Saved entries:
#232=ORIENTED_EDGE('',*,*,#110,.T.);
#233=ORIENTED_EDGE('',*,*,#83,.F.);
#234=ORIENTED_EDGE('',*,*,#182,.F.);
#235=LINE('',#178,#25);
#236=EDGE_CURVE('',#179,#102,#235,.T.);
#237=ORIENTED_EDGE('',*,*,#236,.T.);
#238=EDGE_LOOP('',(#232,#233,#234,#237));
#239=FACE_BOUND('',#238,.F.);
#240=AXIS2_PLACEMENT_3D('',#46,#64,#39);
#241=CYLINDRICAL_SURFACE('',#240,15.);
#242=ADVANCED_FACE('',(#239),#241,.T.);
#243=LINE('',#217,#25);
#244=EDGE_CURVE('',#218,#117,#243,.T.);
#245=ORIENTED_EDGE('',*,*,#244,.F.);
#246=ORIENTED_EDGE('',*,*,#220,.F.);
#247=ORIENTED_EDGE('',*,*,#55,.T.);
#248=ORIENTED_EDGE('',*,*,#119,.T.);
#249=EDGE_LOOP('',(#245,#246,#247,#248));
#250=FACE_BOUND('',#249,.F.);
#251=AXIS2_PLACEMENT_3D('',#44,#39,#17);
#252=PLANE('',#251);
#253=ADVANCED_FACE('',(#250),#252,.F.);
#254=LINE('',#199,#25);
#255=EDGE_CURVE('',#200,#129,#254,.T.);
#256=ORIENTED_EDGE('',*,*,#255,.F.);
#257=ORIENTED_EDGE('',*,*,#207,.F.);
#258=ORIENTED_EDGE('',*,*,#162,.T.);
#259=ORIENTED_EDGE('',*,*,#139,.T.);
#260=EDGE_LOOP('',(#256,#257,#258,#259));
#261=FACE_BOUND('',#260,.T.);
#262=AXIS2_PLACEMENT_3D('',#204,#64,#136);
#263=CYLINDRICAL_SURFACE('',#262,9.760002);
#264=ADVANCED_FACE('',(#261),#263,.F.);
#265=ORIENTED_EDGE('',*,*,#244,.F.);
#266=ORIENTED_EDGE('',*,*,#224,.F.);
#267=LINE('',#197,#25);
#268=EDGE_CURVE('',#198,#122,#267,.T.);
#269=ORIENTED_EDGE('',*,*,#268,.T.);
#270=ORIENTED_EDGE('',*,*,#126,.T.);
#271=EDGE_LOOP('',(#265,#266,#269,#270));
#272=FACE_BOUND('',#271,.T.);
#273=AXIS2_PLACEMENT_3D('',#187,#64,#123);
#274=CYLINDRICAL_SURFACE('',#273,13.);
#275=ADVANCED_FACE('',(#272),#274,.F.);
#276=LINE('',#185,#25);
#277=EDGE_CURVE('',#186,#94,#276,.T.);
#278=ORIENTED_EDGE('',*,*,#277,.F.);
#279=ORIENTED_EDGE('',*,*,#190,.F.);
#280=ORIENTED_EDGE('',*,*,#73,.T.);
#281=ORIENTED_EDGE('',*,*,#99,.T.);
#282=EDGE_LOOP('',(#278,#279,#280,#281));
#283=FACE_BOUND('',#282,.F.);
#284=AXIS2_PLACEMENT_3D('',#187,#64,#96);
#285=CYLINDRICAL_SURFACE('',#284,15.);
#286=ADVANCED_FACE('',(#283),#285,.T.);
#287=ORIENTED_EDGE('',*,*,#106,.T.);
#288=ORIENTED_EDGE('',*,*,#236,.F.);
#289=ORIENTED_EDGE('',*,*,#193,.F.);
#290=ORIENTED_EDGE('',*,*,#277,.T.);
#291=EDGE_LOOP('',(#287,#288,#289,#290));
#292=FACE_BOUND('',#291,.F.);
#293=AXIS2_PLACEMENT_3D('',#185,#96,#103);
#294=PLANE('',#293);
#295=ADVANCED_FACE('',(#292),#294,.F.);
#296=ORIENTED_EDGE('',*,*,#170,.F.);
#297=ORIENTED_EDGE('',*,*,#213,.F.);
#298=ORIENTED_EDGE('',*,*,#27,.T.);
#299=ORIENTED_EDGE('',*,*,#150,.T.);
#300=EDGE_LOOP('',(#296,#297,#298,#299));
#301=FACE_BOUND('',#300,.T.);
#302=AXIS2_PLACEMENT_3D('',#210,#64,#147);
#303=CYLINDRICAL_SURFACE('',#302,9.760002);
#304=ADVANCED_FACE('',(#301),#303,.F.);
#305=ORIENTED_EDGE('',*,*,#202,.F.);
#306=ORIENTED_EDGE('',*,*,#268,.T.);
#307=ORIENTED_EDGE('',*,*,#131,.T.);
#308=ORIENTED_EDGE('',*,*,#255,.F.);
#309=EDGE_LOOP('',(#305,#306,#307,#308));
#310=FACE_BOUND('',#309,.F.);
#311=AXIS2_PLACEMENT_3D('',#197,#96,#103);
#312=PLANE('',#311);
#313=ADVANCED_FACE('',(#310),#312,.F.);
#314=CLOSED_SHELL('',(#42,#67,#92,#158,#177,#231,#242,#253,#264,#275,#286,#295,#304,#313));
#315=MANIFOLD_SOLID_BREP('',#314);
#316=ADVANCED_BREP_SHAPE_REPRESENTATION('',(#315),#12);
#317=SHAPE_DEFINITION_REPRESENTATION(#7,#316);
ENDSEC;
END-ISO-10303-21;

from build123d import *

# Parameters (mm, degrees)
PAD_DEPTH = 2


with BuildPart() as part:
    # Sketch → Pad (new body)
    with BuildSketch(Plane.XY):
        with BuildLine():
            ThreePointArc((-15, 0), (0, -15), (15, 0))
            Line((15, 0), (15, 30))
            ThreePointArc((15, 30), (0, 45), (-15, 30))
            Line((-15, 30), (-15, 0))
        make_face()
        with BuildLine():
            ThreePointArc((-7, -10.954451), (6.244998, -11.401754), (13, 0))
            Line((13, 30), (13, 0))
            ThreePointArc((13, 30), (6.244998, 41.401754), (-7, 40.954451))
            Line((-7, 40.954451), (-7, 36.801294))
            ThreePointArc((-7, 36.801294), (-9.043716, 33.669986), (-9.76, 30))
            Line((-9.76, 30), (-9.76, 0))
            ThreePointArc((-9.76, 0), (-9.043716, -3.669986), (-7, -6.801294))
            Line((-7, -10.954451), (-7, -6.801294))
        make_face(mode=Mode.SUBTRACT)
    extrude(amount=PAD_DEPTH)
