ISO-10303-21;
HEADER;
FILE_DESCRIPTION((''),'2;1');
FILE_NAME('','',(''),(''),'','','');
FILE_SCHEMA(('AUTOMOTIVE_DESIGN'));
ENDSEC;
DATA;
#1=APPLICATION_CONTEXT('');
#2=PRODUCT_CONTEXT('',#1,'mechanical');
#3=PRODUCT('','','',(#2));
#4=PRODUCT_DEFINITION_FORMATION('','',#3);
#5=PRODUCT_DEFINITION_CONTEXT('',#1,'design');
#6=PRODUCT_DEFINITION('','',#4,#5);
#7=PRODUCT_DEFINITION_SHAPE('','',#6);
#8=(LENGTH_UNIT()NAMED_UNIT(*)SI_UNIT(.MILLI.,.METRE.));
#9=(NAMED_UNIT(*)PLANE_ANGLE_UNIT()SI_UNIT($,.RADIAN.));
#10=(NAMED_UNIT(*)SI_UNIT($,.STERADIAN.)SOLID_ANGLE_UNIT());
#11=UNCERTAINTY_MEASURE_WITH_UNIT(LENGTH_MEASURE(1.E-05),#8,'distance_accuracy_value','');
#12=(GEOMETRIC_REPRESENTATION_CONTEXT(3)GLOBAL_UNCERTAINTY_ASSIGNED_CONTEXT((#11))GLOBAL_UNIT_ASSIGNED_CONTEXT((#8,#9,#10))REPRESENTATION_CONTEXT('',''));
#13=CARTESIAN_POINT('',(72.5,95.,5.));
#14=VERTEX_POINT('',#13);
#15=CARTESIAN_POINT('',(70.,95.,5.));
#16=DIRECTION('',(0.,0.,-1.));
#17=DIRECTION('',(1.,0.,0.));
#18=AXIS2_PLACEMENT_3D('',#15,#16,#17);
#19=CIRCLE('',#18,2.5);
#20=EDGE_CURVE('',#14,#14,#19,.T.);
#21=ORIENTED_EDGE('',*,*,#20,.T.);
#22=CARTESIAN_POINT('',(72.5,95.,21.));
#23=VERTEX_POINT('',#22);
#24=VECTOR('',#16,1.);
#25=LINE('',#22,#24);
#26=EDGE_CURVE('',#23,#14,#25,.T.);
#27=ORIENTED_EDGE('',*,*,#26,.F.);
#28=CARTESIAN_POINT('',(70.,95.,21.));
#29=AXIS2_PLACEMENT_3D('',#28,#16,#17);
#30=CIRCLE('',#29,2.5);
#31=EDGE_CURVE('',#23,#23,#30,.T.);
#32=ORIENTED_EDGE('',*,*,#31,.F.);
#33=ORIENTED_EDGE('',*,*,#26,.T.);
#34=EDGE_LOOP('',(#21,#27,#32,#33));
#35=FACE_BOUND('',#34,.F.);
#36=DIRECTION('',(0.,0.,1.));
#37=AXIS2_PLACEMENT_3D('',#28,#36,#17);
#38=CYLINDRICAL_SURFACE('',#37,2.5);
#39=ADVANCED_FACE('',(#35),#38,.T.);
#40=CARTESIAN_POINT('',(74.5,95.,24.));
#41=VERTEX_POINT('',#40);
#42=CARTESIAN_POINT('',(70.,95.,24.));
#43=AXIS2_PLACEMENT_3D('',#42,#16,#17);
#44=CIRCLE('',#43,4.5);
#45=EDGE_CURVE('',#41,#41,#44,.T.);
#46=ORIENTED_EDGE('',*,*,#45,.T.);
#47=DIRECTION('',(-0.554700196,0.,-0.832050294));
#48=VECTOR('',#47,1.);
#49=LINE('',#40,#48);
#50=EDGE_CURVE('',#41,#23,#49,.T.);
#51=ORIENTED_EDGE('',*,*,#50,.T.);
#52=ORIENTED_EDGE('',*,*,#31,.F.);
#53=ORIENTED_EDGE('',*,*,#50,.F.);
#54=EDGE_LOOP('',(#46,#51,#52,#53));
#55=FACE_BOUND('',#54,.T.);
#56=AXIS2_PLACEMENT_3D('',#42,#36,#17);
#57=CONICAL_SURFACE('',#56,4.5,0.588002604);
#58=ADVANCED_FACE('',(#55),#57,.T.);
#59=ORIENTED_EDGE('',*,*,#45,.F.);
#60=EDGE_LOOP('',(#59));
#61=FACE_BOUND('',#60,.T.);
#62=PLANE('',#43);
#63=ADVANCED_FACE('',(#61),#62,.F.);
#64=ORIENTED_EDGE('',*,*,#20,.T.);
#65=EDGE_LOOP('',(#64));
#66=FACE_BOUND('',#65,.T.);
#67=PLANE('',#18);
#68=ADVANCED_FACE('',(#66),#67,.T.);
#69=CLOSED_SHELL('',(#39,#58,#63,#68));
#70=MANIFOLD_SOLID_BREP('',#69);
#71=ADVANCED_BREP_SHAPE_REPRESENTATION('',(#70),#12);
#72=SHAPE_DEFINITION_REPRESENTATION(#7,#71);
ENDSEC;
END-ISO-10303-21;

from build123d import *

# Parameters (mm, degrees)
CYLINDER011_R                   = 2.5
CYLINDER011_DEPTH               = 16
FUSION001018017_PLACEMENT_ANGLE = 180
CLONE015_PLACEMENT_ANGLE        = 180


with BuildPart() as cone003:
    # Cone003 → Cone003 (revolve)
    with BuildSketch(Plane(origin=(0, 0, -3), x_dir=(1, 0, 0), z_dir=(0, -1, 0))):
        Polygon((0, 0), (4.5, 0), (2.5, 3), (0, 3), align=None)
    revolve(axis=Axis((0, 0, -3), (0, 0, 1)))


with BuildPart() as m5x16_senkkopf003:
    # Cylinder011 → Cylinder011 (new body)
    with BuildSketch(Plane.XY):
        Circle(CYLINDER011_R)
    extrude(amount=CYLINDER011_DEPTH)

    # Fusion001018017: union Cone003
    add(cone003.part)


with BuildPart() as m5x16_senkkopf003_1:
    # Fusion001018017 placement: moved
    add(m5x16_senkkopf003.part.moved(Location((45, 15, 21))).rotate(Axis((45, 15, 21), (0, 1, 0)), FUSION001018017_PLACEMENT_ANGLE))


with BuildPart() as m5x16_senkkopf003_2:
    # Clone015 placement: moved
    add(m5x16_senkkopf003_1.part.moved(Location((115, 110, 0))).rotate(Axis((115, 110, 0), (0, 0, 1)), CLONE015_PLACEMENT_ANGLE))


solid = m5x16_senkkopf003_2.part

WORK ORDER >> Print only the lines from the one with "#57=CONICAL_SURFACE('',#56,4.5,0.588002604);" to the end of the records, both included.

ANSWER SECTION >>
#57=CONICAL_SURFACE('',#56,4.5,0.588002604);
#58=ADVANCED_FACE('',(#55),#57,.T.);
#59=ORIENTED_EDGE('',*,*,#45,.F.);
#60=EDGE_LOOP('',(#59));
#61=FACE_BOUND('',#60,.T.);
#62=PLANE('',#43);
#63=ADVANCED_FACE('',(#61),#62,.F.);
#64=ORIENTED_EDGE('',*,*,#20,.T.);
#65=EDGE_LOOP('',(#64));
#66=FACE_BOUND('',#65,.T.);
#67=PLANE('',#18);
#68=ADVANCED_FACE('',(#66),#67,.T.);
#69=CLOSED_SHELL('',(#39,#58,#63,#68));
#70=MANIFOLD_SOLID_BREP('',#69);
#71=ADVANCED_BREP_SHAPE_REPRESENTATION('',(#70),#12);
#72=SHAPE_DEFINITION_REPRESENTATION(#7,#71);
ENDSEC;
END-ISO-10303-21;

from build123d import *

# Parameters (mm, degrees)
CYLINDER011_R                   = 2.5
CYLINDER011_DEPTH               = 16
FUSION001018017_PLACEMENT_ANGLE = 180
CLONE015_PLACEMENT_ANGLE        = 180


with BuildPart() as cone003:
    # Cone003 → Cone003 (revolve)
    with BuildSketch(Plane(origin=(0, 0, -3), x_dir=(1, 0, 0), z_dir=(0, -1, 0))):
        Polygon((0, 0), (4.5, 0), (2.5, 3), (0, 3), align=None)
    revolve(axis=Axis((0, 0, -3), (0, 0, 1)))


with BuildPart() as m5x16_senkkopf003:
    # Cylinder011 → Cylinder011 (new body)
    with BuildSketch(Plane.XY):
        Circle(CYLINDER011_R)
    extrude(amount=CYLINDER011_DEPTH)

    # Fusion001018017: union Cone003
    add(cone003.part)


with BuildPart() as m5x16_senkkopf003_1:
    # Fusion001018017 placement: moved
    add(m5x16_senkkopf003.part.moved(Location((45, 15, 21))).rotate(Axis((45, 15, 21), (0, 1, 0)), FUSION001018017_PLACEMENT_ANGLE))


with BuildPart() as m5x16_senkkopf003_2:
    # Clone015 placement: moved
    add(m5x16_senkkopf003_1.part.moved(Location((115, 110, 0))).rotate(Axis((115, 110, 0), (0, 0, 1)), CLONE015_PLACEMENT_ANGLE))


solid = m5x16_senkkopf003_2.part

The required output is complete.